WORK ITEM.
Starting with the first line below, reproduce each line exactly until you have included the one bearing "The same part".

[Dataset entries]
◇ ◇ ◇ ◇ ◇ ◇ ◇
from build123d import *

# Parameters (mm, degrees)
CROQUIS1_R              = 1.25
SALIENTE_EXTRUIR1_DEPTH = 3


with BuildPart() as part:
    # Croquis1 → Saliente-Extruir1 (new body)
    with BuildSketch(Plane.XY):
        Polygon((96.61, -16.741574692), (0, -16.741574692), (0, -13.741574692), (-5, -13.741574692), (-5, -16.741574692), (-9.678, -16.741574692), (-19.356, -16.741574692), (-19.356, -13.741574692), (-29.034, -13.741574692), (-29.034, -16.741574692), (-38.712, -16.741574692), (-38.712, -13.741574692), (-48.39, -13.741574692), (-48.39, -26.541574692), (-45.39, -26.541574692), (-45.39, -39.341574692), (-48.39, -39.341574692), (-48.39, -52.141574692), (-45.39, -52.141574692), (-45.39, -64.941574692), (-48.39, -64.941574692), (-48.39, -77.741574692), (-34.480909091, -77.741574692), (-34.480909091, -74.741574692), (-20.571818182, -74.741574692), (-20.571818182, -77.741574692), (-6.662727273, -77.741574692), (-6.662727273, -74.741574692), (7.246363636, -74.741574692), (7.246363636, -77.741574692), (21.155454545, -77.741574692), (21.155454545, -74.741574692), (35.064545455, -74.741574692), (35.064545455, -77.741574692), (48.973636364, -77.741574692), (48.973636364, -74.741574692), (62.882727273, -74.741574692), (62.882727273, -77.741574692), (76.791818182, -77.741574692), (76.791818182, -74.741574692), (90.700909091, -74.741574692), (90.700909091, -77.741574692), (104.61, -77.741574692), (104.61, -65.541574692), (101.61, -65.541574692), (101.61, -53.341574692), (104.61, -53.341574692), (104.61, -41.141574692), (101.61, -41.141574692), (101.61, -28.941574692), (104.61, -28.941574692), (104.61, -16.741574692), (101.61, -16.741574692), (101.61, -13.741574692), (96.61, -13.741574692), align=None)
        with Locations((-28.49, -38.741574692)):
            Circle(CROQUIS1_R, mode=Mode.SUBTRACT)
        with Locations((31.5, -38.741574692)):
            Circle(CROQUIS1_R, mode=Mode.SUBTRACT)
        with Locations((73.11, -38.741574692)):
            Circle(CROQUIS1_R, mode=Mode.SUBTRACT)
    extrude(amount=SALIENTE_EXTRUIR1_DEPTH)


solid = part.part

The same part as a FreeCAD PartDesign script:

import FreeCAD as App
import Part
import Sketcher

doc = App.newDocument("Part")
params = doc.addObject("Spreadsheet::Sheet", "Params")
for row, (alias, value) in enumerate([
    ("sketch1_diameter", "2.5 mm"),
    ("sketch1_width", "5 mm"),
    ("sketch1_width2", "3 mm"),
    ("sketch1_height", "12.8 mm"),
    ("sketch1_width3", "96.61 mm"),
    ("pad1_length", "3 mm"),
], start=1):
    params.set(f"A{row}", alias)
    params.set(f"B{row}", "=" + value)
    params.setAlias(f"B{row}", alias)

body = doc.addObject("PartDesign::Body", "Body")

sketch1 = body.newObject("Sketcher::SketchObject", "Sketch")
sketch1.AttachmentSupport = (doc.getObject("XY_Plane"), [""])
sketch1.MapMode = "FlatFace"
sketch1.addGeometry(Part.LineSegment(App.Vector(96.6, -16.7, 0), App.Vector(0, -16.7, 0)), False)
sketch1.addGeometry(Part.LineSegment(App.Vector(0, -16.7, 0), App.Vector(0, -13.7, 0)), False)
sketch1.addGeometry(Part.LineSegment(App.Vector(0, -13.7, 0), App.Vector(-5, -13.7, 0)), False)
sketch1.addGeometry(Part.LineSegment(App.Vector(-5, -13.7, 0), App.Vector(-5, -16.7, 0)), False)
sketch1.addGeometry(Part.LineSegment(App.Vector(-5, -16.7, 0), App.Vector(-19.4, -16.7, 0)), False)
sketch1.addGeometry(Part.LineSegment(App.Vector(-19.4, -16.7, 0), App.Vector(-19.4, -13.7, 0)), False)
sketch1.addGeometry(Part.LineSegment(App.Vector(-19.4, -13.7, 0), App.Vector(-29, -13.7, 0)), False)
sketch1.addGeometry(Part.LineSegment(App.Vector(-29, -13.7, 0), App.Vector(-29, -16.7, 0)), False)
sketch1.addGeometry(Part.LineSegment(App.Vector(-29, -16.7, 0), App.Vector(-38.7, -16.7, 0)), False)
sketch1.addGeometry(Part.LineSegment(App.Vector(-38.7, -16.7, 0), App.Vector(-38.7, -13.7, 0)), False)
sketch1.addGeometry(Part.LineSegment(App.Vector(-38.7, -13.7, 0), App.Vector(-48.4, -13.7, 0)), False)
sketch1.addGeometry(Part.LineSegment(App.Vector(-48.4, -13.7, 0), App.Vector(-48.4, -26.5, 0)), False)
sketch1.addGeometry(Part.LineSegment(App.Vector(-48.4, -26.5, 0), App.Vector(-45.4, -26.5, 0)), False)
sketch1.addGeometry(Part.LineSegment(App.Vector(-45.4, -26.5, 0), App.Vector(-45.4, -39.3, 0)), False)
sketch1.addGeometry(Part.LineSegment(App.Vector(-45.4, -39.3, 0), App.Vector(-48.4, -39.3, 0)), False)
sketch1.addGeometry(Part.LineSegment(App.Vector(-48.4, -39.3, 0), App.Vector(-48.4, -52.1, 0)), False)
sketch1.addGeometry(Part.LineSegment(App.Vector(-48.4, -52.1, 0), App.Vector(-45.4, -52.1, 0)), False)
sketch1.addGeometry(Part.LineSegment(App.Vector(-45.4, -52.1, 0), App.Vector(-45.4, -64.9, 0)), False)
sketch1.addGeometry(Part.LineSegment(App.Vector(-45.4, -64.9, 0), App.Vector(-48.4, -64.9, 0)), False)
sketch1.addGeometry(Part.LineSegment(App.Vector(-48.4, -64.9, 0), App.Vector(-48.4, -77.7, 0)), False)
sketch1.addGeometry(Part.LineSegment(App.Vector(-48.4, -77.7, 0), App.Vector(-34.5, -77.7, 0)), False)
sketch1.addGeometry(Part.LineSegment(App.Vector(-34.5, -77.7, 0), App.Vector(-34.5, -74.7, 0)), False)
sketch1.addGeometry(Part.LineSegment(App.Vector(-34.5, -74.7, 0), App.Vector(-20.6, -74.7, 0)), False)
sketch1.addGeometry(Part.LineSegment(App.Vector(-20.6, -74.7, 0), App.Vector(-20.6, -77.7, 0)), False)
sketch1.addGeometry(Part.LineSegment(App.Vector(-20.6, -77.7, 0), App.Vector(-6.7, -77.7, 0)), False)
sketch1.addGeometry(Part.LineSegment(App.Vector(-6.7, -77.7, 0), App.Vector(-6.7, -74.7, 0)), False)
sketch1.addGeometry(Part.LineSegment(App.Vector(-6.7, -74.7, 0), App.Vector(7.2, -74.7, 0)), False)
sketch1.addGeometry(Part.LineSegment(App.Vector(7.2, -74.7, 0), App.Vector(7.2, -77.7, 0)), False)
sketch1.addGeometry(Part.LineSegment(App.Vector(7.2, -77.7, 0), App.Vector(21.2, -77.7, 0)), False)
sketch1.addGeometry(Part.LineSegment(App.Vector(21.2, -77.7, 0), App.Vector(21.2, -74.7, 0)), False)
sketch1.addGeometry(Part.LineSegment(App.Vector(21.2, -74.7, 0), App.Vector(35.1, -74.7, 0)), False)
sketch1.addGeometry(Part.LineSegment(App.Vector(35.1, -74.7, 0), App.Vector(35.1, -77.7, 0)), False)
sketch1.addGeometry(Part.LineSegment(App.Vector(35.1, -77.7, 0), App.Vector(49, -77.7, 0)), False)
sketch1.addGeometry(Part.LineSegment(App.Vector(49, -77.7, 0), App.Vector(49, -74.7, 0)), False)
sketch1.addGeometry(Part.LineSegment(App.Vector(49, -74.7, 0), App.Vector(62.9, -74.7, 0)), False)
sketch1.addGeometry(Part.LineSegment(App.Vector(62.9, -74.7, 0), App.Vector(62.9, -77.7, 0)), False)
sketch1.addGeometry(Part.LineSegment(App.Vector(62.9, -77.7, 0), App.Vector(76.8, -77.7, 0)), False)
sketch1.addGeometry(Part.LineSegment(App.Vector(76.8, -77.7, 0), App.Vector(76.8, -74.7, 0)), False)
sketch1.addGeometry(Part.LineSegment(App.Vector(76.8, -74.7, 0), App.Vector(90.7, -74.7, 0)), False)
sketch1.addGeometry(Part.LineSegment(App.Vector(90.7, -74.7, 0), App.Vector(90.7, -77.7, 0)), False)
sketch1.addGeometry(Part.LineSegment(App.Vector(90.7, -77.7, 0), App.Vector(104.6, -77.7, 0)), False)
sketch1.addGeometry(Part.LineSegment(App.Vector(104.6, -77.7, 0), App.Vector(104.6, -65.5, 0)), False)
sketch1.addGeometry(Part.LineSegment(App.Vector(104.6, -65.5, 0), App.Vector(101.6, -65.5, 0)), False)
sketch1.addGeometry(Part.LineSegment(App.Vector(101.6, -65.5, 0), App.Vector(101.6, -53.3, 0)), False)
sketch1.addGeometry(Part.LineSegment(App.Vector(101.6, -53.3, 0), App.Vector(104.6, -53.3, 0)), False)
sketch1.addGeometry(Part.LineSegment(App.Vector(104.6, -53.3, 0), App.Vector(104.6, -41.1, 0)), False)
sketch1.addGeometry(Part.LineSegment(App.Vector(104.6, -41.1, 0), App.Vector(101.6, -41.1, 0)), False)
sketch1.addGeometry(Part.LineSegment(App.Vector(101.6, -41.1, 0), App.Vector(101.6, -28.9, 0)), False)
sketch1.addGeometry(Part.LineSegment(App.Vector(101.6, -28.9, 0), App.Vector(104.6, -28.9, 0)), False)
sketch1.addGeometry(Part.LineSegment(App.Vector(104.6, -28.9, 0), App.Vector(104.6, -16.7, 0)), False)
sketch1.addGeometry(Part.LineSegment(App.Vector(104.6, -16.7, 0), App.Vector(101.6, -16.7, 0)), False)
sketch1.addGeometry(Part.LineSegment(App.Vector(101.6, -16.7, 0), App.Vector(101.6, -13.7, 0)), False)
sketch1.addGeometry(Part.LineSegment(App.Vector(101.6, -13.7, 0), App.Vector(96.6, -13.7, 0)), False)
sketch1.addGeometry(Part.LineSegment(App.Vector(96.6, -13.7, 0), App.Vector(96.6, -16.7, 0)), False)
sketch1.addGeometry(Part.Circle(App.Vector(-28.5, -38.7, 0), App.Vector(0, 0, 1), 1.2), False)
sketch1.addGeometry(Part.Circle(App.Vector(31.5, -38.7, 0), App.Vector(0, 0, 1), 1.2), False)
sketch1.addGeometry(Part.Circle(App.Vector(73.1, -38.7, 0), App.Vector(0, 0, 1), 1.2), False)
sketch1.addConstraint(Sketcher.Constraint("Coincident", 0, 2, 1, 1))
sketch1.addConstraint(Sketcher.Constraint("Coincident", 1, 2, 2, 1))
sketch1.addConstraint(Sketcher.Constraint("Coincident", 2, 2, 3, 1))
sketch1.addConstraint(Sketcher.Constraint("Coincident", 3, 2, 4, 1))
sketch1.addConstraint(Sketcher.Constraint("Coincident", 4, 2, 5, 1))
sketch1.addConstraint(Sketcher.Constraint("Coincident", 5, 2, 6, 1))
sketch1.addConstraint(Sketcher.Constraint("Coincident", 6, 2, 7, 1))
sketch1.addConstraint(Sketcher.Constraint("Coincident", 7, 2, 8, 1))
sketch1.addConstraint(Sketcher.Constraint("Coincident", 8, 2, 9, 1))
sketch1.addConstraint(Sketcher.Constraint("Coincident", 9, 2, 10, 1))
sketch1.addConstraint(Sketcher.Constraint("Coincident", 10, 2, 11, 1))
sketch1.addConstraint(Sketcher.Constraint("Coincident", 11, 2, 12, 1))
sketch1.addConstraint(Sketcher.Constraint("Coincident", 12, 2, 13, 1))
sketch1.addConstraint(Sketcher.Constraint("Coincident", 13, 2, 14, 1))
sketch1.addConstraint(Sketcher.Constraint("Coincident", 14, 2, 15, 1))
sketch1.addConstraint(Sketcher.Constraint("Coincident", 15, 2, 16, 1))
sketch1.addConstraint(Sketcher.Constraint("Coincident", 16, 2, 17, 1))
sketch1.addConstraint(Sketcher.Constraint("Coincident", 17, 2, 18, 1))
sketch1.addConstraint(Sketcher.Constraint("Coincident", 18, 2, 19, 1))
sketch1.addConstraint(Sketcher.Constraint("Coincident", 19, 2, 20, 1))
sketch1.addConstraint(Sketcher.Constraint("Coincident", 20, 2, 21, 1))
sketch1.addConstraint(Sketcher.Constraint("Coincident", 21, 2, 22, 1))
sketch1.addConstraint(Sketcher.Constraint("Coincident", 22, 2, 23, 1))
sketch1.addConstraint(Sketcher.Constraint("Coincident", 23, 2, 24, 1))
sketch1.addConstraint(Sketcher.Constraint("Coincident", 24, 2, 25, 1))
sketch1.addConstraint(Sketcher.Constraint("Coincident", 25, 2, 26, 1))
sketch1.addConstraint(Sketcher.Constraint("Coincident", 26, 2, 27, 1))
sketch1.addConstraint(Sketcher.Constraint("Coincident", 27, 2, 28, 1))
sketch1.addConstraint(Sketcher.Constraint("Coincident", 28, 2, 29, 1))
sketch1.addConstraint(Sketcher.Constraint("Coincident", 29, 2, 30, 1))
sketch1.addConstraint(Sketcher.Constraint("Coincident", 30, 2, 31, 1))
sketch1.addConstraint(Sketcher.Constraint("Coincident", 31, 2, 32, 1))
sketch1.addConstraint(Sketcher.Constraint("Coincident", 32, 2, 33, 1))
sketch1.addConstraint(Sketcher.Constraint("Coincident", 33, 2, 34, 1))
sketch1.addConstraint(Sketcher.Constraint("Coincident", 34, 2, 35, 1))
sketch1.addConstraint(Sketcher.Constraint("Coincident", 35, 2, 36, 1))
sketch1.addConstraint(Sketcher.Constraint("Coincident", 36, 2, 37, 1))
sketch1.addConstraint(Sketcher.Constraint("Coincident", 37, 2, 38, 1))
sketch1.addConstraint(Sketcher.Constraint("Coincident", 38, 2, 39, 1))
sketch1.addConstraint(Sketcher.Constraint("Coincident", 39, 2, 40, 1))
sketch1.addConstraint(Sketcher.Constraint("Coincident", 40, 2, 41, 1))
sketch1.addConstraint(Sketcher.Constraint("Coincident", 41, 2, 42, 1))
sketch1.addConstraint(Sketcher.Constraint("Coincident", 42, 2, 43, 1))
◇ ◇ ◇ ◇ ◇ ◇ ◇
SOLUTION FOR THIS EXERCISE.
from build123d import *

# Parameters (mm, degrees)
CROQUIS1_R              = 1.25
SALIENTE_EXTRUIR1_DEPTH = 3


with BuildPart() as part:
    # Croquis1 → Saliente-Extruir1 (new body)
    with BuildSketch(Plane.XY):
        Polygon((96.61, -16.741574692), (0, -16.741574692), (0, -13.741574692), (-5, -13.741574692), (-5, -16.741574692), (-9.678, -16.741574692), (-19.356, -16.741574692), (-19.356, -13.741574692), (-29.034, -13.741574692), (-29.034, -16.741574692), (-38.712, -16.741574692), (-38.712, -13.741574692), (-48.39, -13.741574692), (-48.39, -26.541574692), (-45.39, -26.541574692), (-45.39, -39.341574692), (-48.39, -39.341574692), (-48.39, -52.141574692), (-45.39, -52.141574692), (-45.39, -64.941574692), (-48.39, -64.941574692), (-48.39, -77.741574692), (-34.480909091, -77.741574692), (-34.480909091, -74.741574692), (-20.571818182, -74.741574692), (-20.571818182, -77.741574692), (-6.662727273, -77.741574692), (-6.662727273, -74.741574692), (7.246363636, -74.741574692), (7.246363636, -77.741574692), (21.155454545, -77.741574692), (21.155454545, -74.741574692), (35.064545455, -74.741574692), (35.064545455, -77.741574692), (48.973636364, -77.741574692), (48.973636364, -74.741574692), (62.882727273, -74.741574692), (62.882727273, -77.741574692), (76.791818182, -77.741574692), (76.791818182, -74.741574692), (90.700909091, -74.741574692), (90.700909091, -77.741574692), (104.61, -77.741574692), (104.61, -65.541574692), (101.61, -65.541574692), (101.61, -53.341574692), (104.61, -53.341574692), (104.61, -41.141574692), (101.61, -41.141574692), (101.61, -28.941574692), (104.61, -28.941574692), (104.61, -16.741574692), (101.61, -16.741574692), (101.61, -13.741574692), (96.61, -13.741574692), align=None)
        with Locations((-28.49, -38.741574692)):
            Circle(CROQUIS1_R, mode=Mode.SUBTRACT)
        with Locations((31.5, -38.741574692)):
            Circle(CROQUIS1_R, mode=Mode.SUBTRACT)
        with Locations((73.11, -38.741574692)):
            Circle(CROQUIS1_R, mode=Mode.SUBTRACT)
    extrude(amount=SALIENTE_EXTRUIR1_DEPTH)


solid = part.part

The same part as a FreeCAD PartDesign script:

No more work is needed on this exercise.